Calculating the right hand side of equation (3) for the points \[\alpha {z_1} + \beta ,\alpha {z_2} + \beta ,\alpha {z_3} + \beta \], we get:

\[RHS = \dfrac{{(\alpha {z_3} + \beta ) - (\alpha {z_1} + \beta )}}{{(\alpha {z_2} + \beta ) - (\alpha {z_3} + \beta )}}\]

\[RHS = \dfrac{{\alpha {z_3} + \beta - \alpha {z_1} - \beta }}{{\alpha {z_2} + \beta - \alpha {z_3} - \beta }}\]

Cancelling \[\beta \], we get:

\[RHS = \dfrac{{\alpha {z_3} - \alpha {z_1}}}{{\alpha {z_2} - \alpha {z_3}}}\]

Taking \[\alpha \] as a common term and cancelling it, we get:

\[LHS = \dfrac{{{z_3} - {z_1}}}{{{z_2} - {z_3}}}\]

From equation (3), we have:

LHS=RHS

Hence,

\[\dfrac{{(\alpha {z_2} + \beta ) - (\alpha {z_1} + \beta )}}{{(\alpha {z_1} + \beta ) - (\alpha {z_3} + \beta )}} = \dfrac{{(\alpha {z_3} + \beta ) - (\alpha {z_1} + \beta )}}{{(\alpha {z_2} + \beta ) - (\alpha {z_3} + \beta )}}\]

Hence, the points \[\alpha {z_1} + \beta ,\alpha {z_2} + \beta ,\alpha {z_3} + \beta \] form an equilateral triangle.

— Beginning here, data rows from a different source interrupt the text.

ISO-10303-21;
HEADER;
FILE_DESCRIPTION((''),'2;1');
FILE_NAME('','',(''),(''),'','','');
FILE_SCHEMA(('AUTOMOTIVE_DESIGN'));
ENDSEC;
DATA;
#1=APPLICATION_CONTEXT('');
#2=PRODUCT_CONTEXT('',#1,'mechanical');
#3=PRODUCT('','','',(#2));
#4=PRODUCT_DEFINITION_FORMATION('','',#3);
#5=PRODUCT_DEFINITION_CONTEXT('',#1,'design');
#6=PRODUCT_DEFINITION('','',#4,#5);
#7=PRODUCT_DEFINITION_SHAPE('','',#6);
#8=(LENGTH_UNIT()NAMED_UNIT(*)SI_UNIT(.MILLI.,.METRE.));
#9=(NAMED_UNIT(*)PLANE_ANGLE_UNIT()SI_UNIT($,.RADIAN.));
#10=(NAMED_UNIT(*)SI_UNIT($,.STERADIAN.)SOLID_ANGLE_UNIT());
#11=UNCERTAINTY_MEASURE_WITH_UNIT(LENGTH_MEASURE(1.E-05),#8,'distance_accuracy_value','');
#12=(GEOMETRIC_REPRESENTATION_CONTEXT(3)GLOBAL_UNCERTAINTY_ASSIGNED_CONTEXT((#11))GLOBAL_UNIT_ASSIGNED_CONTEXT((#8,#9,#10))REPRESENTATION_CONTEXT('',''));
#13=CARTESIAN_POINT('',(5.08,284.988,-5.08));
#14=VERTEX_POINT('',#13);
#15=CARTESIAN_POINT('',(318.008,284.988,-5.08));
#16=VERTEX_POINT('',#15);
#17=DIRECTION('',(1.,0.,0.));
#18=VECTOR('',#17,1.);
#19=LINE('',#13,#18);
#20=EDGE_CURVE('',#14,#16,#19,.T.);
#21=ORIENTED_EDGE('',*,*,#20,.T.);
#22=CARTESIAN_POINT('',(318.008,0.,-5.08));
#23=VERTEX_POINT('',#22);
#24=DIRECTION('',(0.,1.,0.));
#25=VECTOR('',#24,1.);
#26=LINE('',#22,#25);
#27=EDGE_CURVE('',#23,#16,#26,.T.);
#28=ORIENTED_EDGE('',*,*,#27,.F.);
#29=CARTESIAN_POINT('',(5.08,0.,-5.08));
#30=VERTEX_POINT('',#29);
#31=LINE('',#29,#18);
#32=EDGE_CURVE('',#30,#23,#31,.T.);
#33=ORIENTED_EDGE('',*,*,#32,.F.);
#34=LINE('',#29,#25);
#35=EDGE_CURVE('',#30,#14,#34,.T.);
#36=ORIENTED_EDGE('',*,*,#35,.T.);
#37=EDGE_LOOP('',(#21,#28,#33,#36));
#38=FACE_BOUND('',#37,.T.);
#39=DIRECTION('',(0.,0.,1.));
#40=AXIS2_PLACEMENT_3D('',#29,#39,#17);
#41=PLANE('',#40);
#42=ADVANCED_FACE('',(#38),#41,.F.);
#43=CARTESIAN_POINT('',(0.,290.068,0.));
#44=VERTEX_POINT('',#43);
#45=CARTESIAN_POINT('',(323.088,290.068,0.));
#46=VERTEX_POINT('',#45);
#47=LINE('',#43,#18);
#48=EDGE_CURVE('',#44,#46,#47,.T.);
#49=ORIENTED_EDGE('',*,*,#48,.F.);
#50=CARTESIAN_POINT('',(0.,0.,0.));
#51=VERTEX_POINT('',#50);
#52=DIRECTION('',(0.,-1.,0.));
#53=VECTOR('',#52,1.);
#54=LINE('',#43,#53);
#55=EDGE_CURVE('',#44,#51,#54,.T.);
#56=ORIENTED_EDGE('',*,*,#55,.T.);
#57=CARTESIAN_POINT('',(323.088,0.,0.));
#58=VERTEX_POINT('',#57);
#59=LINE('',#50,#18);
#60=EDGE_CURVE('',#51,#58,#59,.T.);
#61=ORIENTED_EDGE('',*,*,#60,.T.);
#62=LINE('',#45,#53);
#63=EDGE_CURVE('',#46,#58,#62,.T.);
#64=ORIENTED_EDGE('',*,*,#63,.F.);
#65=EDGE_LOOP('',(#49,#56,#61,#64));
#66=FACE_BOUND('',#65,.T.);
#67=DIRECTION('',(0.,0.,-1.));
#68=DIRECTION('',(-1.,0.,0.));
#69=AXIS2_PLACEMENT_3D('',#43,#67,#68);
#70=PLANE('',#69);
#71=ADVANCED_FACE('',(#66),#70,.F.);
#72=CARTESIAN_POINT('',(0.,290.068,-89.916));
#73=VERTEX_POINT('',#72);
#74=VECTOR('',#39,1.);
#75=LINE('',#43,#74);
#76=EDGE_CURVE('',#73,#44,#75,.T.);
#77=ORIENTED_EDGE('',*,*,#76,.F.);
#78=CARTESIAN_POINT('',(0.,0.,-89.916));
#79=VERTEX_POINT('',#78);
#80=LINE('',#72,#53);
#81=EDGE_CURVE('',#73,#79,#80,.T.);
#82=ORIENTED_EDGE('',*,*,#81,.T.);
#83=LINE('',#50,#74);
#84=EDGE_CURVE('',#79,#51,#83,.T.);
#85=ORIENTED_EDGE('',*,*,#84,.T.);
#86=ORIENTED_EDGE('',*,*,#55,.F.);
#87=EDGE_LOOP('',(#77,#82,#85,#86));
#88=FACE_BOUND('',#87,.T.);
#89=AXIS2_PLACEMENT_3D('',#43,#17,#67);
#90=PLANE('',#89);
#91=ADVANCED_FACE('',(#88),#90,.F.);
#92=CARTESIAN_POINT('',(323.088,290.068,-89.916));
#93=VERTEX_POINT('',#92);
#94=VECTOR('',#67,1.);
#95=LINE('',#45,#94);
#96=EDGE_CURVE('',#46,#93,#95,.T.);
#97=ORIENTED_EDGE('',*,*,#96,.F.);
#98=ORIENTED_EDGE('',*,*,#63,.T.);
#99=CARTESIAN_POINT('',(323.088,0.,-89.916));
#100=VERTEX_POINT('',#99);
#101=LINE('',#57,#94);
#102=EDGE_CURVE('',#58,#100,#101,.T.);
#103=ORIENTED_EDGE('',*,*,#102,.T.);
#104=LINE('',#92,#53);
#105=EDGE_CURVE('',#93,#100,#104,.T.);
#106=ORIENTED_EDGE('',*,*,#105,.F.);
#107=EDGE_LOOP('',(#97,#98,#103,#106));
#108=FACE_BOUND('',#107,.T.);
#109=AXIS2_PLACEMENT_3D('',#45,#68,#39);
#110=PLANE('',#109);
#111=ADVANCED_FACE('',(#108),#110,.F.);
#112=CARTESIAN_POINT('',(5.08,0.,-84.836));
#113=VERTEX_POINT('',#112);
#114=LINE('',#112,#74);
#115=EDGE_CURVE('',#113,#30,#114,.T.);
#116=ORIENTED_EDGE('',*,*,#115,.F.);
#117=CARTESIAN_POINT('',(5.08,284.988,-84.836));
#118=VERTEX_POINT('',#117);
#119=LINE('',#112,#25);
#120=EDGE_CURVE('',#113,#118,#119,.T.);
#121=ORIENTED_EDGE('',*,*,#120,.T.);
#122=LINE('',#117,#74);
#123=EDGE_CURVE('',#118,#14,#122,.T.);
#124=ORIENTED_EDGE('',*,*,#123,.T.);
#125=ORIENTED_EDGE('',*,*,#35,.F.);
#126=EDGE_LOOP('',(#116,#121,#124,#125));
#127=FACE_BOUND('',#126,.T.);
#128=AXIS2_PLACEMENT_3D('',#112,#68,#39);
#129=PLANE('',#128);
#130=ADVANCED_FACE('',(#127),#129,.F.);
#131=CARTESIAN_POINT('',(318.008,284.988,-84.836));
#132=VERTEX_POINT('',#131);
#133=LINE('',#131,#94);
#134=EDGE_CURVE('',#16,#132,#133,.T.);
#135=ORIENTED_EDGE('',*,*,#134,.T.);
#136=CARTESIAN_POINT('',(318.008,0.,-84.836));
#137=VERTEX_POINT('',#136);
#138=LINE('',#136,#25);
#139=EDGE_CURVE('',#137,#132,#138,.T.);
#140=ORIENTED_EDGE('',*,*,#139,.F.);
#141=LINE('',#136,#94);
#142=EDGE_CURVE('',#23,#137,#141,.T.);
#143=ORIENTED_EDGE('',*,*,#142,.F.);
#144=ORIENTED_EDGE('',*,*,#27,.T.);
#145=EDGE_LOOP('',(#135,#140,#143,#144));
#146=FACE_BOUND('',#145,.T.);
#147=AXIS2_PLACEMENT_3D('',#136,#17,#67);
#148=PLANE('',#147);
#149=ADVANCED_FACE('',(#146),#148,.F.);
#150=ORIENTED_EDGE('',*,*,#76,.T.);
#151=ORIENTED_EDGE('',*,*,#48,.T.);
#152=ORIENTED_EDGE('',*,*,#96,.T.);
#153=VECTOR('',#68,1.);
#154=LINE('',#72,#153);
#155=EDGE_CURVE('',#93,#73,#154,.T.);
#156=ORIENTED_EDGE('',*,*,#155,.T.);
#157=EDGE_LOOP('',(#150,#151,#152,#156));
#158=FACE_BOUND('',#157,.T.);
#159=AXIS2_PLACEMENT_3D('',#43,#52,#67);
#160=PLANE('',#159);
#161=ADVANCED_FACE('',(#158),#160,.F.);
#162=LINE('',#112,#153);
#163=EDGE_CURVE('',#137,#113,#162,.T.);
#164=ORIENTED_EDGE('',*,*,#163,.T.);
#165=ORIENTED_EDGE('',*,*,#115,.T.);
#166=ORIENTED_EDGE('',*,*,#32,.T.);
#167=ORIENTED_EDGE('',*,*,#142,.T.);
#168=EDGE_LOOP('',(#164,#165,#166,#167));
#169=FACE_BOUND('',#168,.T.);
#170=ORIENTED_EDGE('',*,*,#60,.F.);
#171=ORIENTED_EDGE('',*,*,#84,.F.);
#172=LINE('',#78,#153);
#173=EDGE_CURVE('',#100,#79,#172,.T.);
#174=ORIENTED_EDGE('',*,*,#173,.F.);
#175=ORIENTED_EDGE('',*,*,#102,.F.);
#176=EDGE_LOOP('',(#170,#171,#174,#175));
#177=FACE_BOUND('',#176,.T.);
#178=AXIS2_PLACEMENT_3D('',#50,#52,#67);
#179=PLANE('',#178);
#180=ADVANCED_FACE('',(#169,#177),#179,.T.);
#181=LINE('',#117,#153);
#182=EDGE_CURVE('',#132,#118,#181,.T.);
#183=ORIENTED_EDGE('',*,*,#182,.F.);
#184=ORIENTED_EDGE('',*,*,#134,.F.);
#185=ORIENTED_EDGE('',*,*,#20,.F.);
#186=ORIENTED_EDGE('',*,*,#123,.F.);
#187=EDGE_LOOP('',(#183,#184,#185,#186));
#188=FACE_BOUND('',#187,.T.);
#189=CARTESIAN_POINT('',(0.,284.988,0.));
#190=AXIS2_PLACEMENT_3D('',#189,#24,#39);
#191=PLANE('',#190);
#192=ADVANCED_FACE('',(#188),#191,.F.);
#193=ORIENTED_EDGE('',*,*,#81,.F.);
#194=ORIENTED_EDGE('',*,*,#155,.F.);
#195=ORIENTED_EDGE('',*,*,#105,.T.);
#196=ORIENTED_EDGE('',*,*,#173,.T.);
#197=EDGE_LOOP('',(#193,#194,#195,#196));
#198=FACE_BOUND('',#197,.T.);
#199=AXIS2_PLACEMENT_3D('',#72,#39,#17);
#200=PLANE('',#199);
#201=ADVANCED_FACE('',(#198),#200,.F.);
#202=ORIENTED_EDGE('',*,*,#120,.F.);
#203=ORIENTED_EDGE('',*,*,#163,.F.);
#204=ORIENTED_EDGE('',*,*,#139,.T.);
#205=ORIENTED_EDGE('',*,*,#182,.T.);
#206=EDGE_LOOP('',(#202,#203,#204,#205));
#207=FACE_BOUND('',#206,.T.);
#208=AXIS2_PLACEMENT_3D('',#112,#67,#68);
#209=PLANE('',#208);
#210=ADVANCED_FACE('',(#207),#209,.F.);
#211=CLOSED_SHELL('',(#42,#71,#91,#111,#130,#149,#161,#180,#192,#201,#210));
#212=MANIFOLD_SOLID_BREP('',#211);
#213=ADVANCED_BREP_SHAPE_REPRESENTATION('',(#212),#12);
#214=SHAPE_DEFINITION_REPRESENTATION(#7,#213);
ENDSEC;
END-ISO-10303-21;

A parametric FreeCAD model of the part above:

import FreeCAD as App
import Part
import Sketcher
Q = App.Units.Quantity


def add_polygon(sketch, points):
    """Adds a closed chain of lines whose ends are joined by coincident constraints."""
    first, n = sketch.GeometryCount, len(points)
    for a, b in zip(points, points[1:] + points[:1]):
        sketch.addGeometry(Part.LineSegment(App.Vector(*a, 0), App.Vector(*b, 0)), False)
    for i in range(n):
        sketch.addConstraint(Sketcher.Constraint("Coincident", first + i, 2, first + (i + 1) % n, 1))

doc = App.newDocument("Part")
body = doc.addObject("PartDesign::Body", "Body")

# Sketch on XZ plane
sketch1 = body.newObject("Sketcher::SketchObject", "Sketch")
sketch1.AttachmentSupport = (doc.getObject("XZ_Plane"), [""])
sketch1.MapMode = "FlatFace"
add_polygon(sketch1, [(0, -90), (0, 0), (323, 0), (323, -90)])  # lines 0-3
sketch1.addConstraint(Sketcher.Constraint("Vertical", 0))
sketch1.addConstraint(Sketcher.Constraint("Horizontal", 1))
sketch1.addConstraint(Sketcher.Constraint("Vertical", 2))
sketch1.addConstraint(Sketcher.Constraint("Horizontal", 3))
sketch1.addConstraint(Sketcher.Constraint("Coincident", 0, 2, -1, 1))
sketch1.addConstraint(Sketcher.Constraint("DistanceX", 1, 1, 1, 2, Q("12.72 in")))
sketch1.addConstraint(Sketcher.Constraint("DistanceY", 0, 1, 0, 2, Q("3.54 in")))
pad1 = body.newObject("PartDesign::Pad", "Pad")
pad1.Profile = sketch1
pad1.Length = Q("11.42 in")
pad1.Reversed = True

# Sketch on XZ plane
sketch2 = body.newObject("Sketcher::SketchObject", "Sketch001")
sketch2.AttachmentSupport = (doc.getObject("XZ_Plane"), [""])
sketch2.MapMode = "FlatFace"
sketch2.AttachmentOffset = App.Placement(App.Vector(0, 0, -11.22 * 25.4), App.Rotation())
add_polygon(sketch2, [(5, -85), (5, -5), (318, -5), (318, -85)])  # lines 0-3
sketch2.addConstraint(Sketcher.Constraint("Vertical", 0))
sketch2.addConstraint(Sketcher.Constraint("Horizontal", 1))
sketch2.addConstraint(Sketcher.Constraint("Vertical", 2))
sketch2.addConstraint(Sketcher.Constraint("Horizontal", 3))
sketch2.addConstraint(Sketcher.Constraint("DistanceX", 1, 1, 1, 2, Q("12.32 in")))
sketch2.addConstraint(Sketcher.Constraint("DistanceY", 0, 1, 0, 2, Q("3.14 in")))
sketch2.addConstraint(Sketcher.Constraint("DistanceX", -1, 1, 0, 2, Q("0.2 in")))
sketch2.addConstraint(Sketcher.Constraint("DistanceY", 0, 2, -1, 1, Q("0.2 in")))
pocket1 = body.newObject("PartDesign::Pocket", "Pocket")
pocket1.Profile = sketch2
pocket1.Type = "ThroughAll"
pocket1.Reversed = True

doc.recompute()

Hence, option (a) is the correct answer.


Note: For an equilateral triangle, all the three sides are equal, so you can also use the condition \[\left| {{z_2} - {z_1}} \right| = \left| {{z_2} - {z_3}} \right| = \left| {{z_1} - {z_3}} \right|\] to prove that the points \[\alpha {z_1} + \beta ,\alpha {z_2} + \beta ,\alpha {z_3} + \beta \] form an equilateral triangle.